Re: Need Help Deciphering this Trap

Posted: Mon Jul 02, 2012 8:10 pm
by MasterFrmMO88
Okay. Thanks for the thorough answer. Unfortunately, my expertise is rather limited. Everything I know about it now I learned from taking example programs, tweaking them, and seeing what effect my tweaks had on the programs. The good news is I do understand enough about it to get where you are going with your answer. One thing that might be worth mentioning, I halved the interrupt frequency (interrupt code trips half as often) and halved the threshold on numbers[] at which it turns the pins off. So they are, effectively, left high for close to the same amount of time.
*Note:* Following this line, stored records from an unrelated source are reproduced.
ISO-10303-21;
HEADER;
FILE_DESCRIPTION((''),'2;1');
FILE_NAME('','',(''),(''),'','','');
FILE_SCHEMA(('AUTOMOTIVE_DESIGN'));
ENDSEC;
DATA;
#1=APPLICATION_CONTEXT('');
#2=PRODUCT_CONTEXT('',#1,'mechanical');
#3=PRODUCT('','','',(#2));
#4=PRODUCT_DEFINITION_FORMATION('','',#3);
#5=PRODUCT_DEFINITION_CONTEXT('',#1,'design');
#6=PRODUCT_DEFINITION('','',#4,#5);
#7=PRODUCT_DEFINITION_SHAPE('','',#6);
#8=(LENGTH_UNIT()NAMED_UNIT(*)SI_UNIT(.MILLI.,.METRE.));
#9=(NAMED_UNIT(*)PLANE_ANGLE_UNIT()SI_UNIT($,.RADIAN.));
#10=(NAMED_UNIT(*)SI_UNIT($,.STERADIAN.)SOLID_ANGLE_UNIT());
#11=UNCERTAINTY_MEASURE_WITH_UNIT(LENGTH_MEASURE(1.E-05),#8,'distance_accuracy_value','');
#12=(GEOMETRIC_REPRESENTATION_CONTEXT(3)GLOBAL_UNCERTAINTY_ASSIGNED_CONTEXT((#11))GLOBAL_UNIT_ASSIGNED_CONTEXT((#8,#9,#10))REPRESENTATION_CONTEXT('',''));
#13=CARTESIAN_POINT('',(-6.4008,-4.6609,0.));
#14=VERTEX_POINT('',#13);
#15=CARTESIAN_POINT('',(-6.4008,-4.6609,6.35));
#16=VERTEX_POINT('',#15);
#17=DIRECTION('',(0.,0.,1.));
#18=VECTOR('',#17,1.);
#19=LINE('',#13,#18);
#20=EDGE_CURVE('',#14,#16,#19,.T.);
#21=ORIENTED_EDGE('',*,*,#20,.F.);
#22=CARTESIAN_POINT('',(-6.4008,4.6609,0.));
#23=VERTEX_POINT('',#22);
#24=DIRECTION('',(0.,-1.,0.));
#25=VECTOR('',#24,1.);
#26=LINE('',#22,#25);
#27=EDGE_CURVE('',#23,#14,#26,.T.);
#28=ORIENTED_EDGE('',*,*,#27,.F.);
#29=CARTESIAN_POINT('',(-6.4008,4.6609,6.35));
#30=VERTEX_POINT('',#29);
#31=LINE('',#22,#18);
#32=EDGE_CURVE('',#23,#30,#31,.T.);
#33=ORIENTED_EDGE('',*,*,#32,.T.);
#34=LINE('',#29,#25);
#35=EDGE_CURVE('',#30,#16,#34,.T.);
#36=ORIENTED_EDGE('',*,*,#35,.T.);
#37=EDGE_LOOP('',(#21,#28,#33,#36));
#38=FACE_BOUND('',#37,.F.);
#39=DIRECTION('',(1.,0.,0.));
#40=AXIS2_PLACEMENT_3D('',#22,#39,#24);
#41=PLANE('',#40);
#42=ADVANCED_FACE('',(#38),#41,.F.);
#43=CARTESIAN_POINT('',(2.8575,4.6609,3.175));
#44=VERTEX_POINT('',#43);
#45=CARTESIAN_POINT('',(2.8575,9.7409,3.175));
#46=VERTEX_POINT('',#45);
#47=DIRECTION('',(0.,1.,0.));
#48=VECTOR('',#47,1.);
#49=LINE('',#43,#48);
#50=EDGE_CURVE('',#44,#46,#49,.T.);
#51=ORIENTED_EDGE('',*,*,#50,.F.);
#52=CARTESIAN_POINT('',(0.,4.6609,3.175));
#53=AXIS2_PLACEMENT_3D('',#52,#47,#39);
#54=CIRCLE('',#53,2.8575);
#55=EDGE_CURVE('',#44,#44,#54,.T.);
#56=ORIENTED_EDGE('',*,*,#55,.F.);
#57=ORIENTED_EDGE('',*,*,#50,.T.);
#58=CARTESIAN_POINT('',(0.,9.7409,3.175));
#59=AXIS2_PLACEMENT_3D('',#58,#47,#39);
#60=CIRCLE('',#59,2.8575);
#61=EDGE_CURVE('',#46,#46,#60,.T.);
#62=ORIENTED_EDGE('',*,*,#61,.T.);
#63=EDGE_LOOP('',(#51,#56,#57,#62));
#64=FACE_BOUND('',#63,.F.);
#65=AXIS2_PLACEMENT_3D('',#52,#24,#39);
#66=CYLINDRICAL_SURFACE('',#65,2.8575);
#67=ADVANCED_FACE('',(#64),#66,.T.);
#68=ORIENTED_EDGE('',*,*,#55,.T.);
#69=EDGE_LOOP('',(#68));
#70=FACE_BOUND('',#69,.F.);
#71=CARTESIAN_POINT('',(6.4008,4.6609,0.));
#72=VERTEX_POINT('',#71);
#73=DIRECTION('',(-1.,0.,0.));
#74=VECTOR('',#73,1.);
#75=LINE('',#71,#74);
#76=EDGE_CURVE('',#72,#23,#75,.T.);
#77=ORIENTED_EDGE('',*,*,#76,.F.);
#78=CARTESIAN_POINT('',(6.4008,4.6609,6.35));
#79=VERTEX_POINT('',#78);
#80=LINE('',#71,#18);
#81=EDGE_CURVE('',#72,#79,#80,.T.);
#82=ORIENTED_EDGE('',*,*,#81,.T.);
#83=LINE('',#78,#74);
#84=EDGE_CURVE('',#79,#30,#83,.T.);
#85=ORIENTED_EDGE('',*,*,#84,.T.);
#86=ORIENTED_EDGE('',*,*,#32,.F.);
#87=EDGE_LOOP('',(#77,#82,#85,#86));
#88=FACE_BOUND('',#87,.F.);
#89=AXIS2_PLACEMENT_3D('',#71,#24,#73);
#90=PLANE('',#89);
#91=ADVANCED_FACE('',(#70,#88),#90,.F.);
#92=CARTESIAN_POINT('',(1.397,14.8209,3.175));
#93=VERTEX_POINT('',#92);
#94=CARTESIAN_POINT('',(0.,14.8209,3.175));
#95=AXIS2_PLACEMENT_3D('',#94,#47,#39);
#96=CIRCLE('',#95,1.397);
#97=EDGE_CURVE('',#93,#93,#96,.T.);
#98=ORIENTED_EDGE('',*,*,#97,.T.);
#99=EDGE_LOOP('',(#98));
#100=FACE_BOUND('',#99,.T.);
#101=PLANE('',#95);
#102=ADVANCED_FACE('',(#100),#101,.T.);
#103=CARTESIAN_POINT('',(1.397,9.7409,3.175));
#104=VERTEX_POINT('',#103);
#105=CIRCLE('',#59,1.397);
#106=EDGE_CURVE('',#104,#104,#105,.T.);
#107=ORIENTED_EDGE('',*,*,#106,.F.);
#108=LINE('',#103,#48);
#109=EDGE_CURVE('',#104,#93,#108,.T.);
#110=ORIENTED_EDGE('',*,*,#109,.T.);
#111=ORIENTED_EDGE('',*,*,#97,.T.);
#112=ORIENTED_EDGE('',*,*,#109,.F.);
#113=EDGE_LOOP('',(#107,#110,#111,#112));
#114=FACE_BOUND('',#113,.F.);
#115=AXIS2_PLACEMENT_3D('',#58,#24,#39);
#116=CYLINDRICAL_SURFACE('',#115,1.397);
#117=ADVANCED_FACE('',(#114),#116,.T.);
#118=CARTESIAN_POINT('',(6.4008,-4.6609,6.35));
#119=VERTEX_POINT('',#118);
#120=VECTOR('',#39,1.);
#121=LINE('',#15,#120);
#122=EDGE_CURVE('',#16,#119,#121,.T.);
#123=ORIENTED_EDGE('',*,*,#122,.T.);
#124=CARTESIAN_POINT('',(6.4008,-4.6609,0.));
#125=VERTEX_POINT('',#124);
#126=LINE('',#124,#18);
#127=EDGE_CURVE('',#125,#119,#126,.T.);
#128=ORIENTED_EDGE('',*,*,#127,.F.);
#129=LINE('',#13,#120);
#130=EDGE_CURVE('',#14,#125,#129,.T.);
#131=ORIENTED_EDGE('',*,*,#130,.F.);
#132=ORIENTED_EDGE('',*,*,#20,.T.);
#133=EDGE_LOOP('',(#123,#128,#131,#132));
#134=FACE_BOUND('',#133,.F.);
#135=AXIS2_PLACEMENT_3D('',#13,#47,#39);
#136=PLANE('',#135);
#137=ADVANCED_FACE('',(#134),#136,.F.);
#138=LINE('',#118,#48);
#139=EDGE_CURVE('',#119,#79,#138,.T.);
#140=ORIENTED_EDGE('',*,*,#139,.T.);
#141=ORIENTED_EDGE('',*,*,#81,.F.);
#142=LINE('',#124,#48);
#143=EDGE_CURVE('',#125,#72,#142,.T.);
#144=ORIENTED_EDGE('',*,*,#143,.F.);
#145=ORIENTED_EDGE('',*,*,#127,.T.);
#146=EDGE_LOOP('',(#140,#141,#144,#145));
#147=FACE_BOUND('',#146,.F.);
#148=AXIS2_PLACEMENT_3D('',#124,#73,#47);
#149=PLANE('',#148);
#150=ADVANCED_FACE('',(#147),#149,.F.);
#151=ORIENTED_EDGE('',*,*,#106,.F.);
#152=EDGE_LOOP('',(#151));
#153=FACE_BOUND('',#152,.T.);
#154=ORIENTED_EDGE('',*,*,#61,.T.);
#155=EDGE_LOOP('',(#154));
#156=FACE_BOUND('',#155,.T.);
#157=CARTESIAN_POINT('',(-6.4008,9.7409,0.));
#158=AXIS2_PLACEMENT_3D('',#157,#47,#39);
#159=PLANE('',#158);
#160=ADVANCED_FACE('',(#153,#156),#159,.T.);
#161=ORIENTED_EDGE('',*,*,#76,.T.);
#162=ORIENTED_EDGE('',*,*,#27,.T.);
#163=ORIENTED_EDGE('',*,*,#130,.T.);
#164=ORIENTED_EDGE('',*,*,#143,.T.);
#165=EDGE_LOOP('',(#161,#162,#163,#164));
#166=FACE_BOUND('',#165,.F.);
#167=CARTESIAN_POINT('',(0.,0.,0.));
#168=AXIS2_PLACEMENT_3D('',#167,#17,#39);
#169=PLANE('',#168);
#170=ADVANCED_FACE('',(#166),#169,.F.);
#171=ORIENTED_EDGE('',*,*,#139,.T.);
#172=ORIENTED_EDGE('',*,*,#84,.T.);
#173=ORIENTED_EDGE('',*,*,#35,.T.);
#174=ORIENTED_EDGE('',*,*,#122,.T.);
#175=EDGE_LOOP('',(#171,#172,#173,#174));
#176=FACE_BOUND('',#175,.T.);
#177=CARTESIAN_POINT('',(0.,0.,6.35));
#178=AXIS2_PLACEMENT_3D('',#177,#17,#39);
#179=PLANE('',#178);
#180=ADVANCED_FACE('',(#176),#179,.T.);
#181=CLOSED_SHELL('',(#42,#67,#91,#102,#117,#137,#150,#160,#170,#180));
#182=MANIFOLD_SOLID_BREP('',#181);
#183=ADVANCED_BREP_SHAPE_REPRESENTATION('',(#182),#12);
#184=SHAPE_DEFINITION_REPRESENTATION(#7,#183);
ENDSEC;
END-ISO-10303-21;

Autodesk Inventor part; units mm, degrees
ref_plane "YZ Plane" through (0, 0, 0) normal (1, 0, 0) x (0, 1, 0)
ref_plane "XZ Plane" through (0, 0, 0) normal (0, 1, 0) x (-1, 0, 0)
ref_plane "XY Plane" through (0, 0, 0) normal (0, 0, 1) x (1, 0, 0)
sketch "Sketch1" plane through (0, 0, 0) normal (0, 0, 1) x (1, 0, 0)
  line L0 (-6.4008, -4.6609) -> (6.4008, -4.6609)
  line L1 (6.4008, -4.6609) -> (6.4008, 4.6609)
  line L2 (6.4008, 4.6609) -> (-6.4008, 4.6609)
  line L3 (-6.4008, 4.6609) -> (-6.4008, -4.6609)
  line L4 (-6.4008, -4.6609) -> (6.4008, 4.6609) construction
  line L5 (6.4008, -4.6609) -> (-6.4008, 4.6609) construction
  point P0 (0, 0)
  dimension "d0" = 12.8016
  dimension "d1" = 9.3218
extrude "Extrusion1" add sketch "Sketch1" along normal blind 6.35
sketch "Sketch2" plane through (-6.4008, 4.6609, 0) normal (0, 1, 0) x (1, 0, 0)
  line L0 (0, 0) -> (0, -6.35) projected
  line L1 (12.8016, 0) -> (12.8016, -6.35) projected
  line L2 (0, -6.35) -> (12.8016, -6.35) projected
  circle A0 centre (6.4008, -3.175) radius 2.8575
  point P0 (6.4008, 0)
  dimension "d4" = 5.715
extrude "Extrusion2" add sketch "Sketch2" along normal blind 5.08
sketch "Sketch3" plane through (0, 9.7409, 3.175) normal (0, 1, 0) x (1, 0, 0)
  circle A0 centre (0, 0) radius 1.397
  point P0 (0, 3.175)
  dimension "d7" = 2.794
extrude "Extrusion3" add sketch "Sketch3" along normal blind 5.08
properties part number "switch jp"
Doing that got me a test out to 2 hours and only 2 hours because I had to stop the test to move from one computer to another. My question being, if by turning the interrupt frequency down, and having a much more successful test, could this possibly be an indicator as to what is/was causing the issue?

As for your suggestions, I will start working on narrowing down the area where the traps are occurring. I am having an issue with the debug build of the app, it wont turn the pins back off, it turns them on then leaves them running, so I'll need to figure that out. On that note, I have been running the release app for the previous tests. But I'll try to sort that out and get smarttraps running and see if that can give a little bit more information than I have at the moment.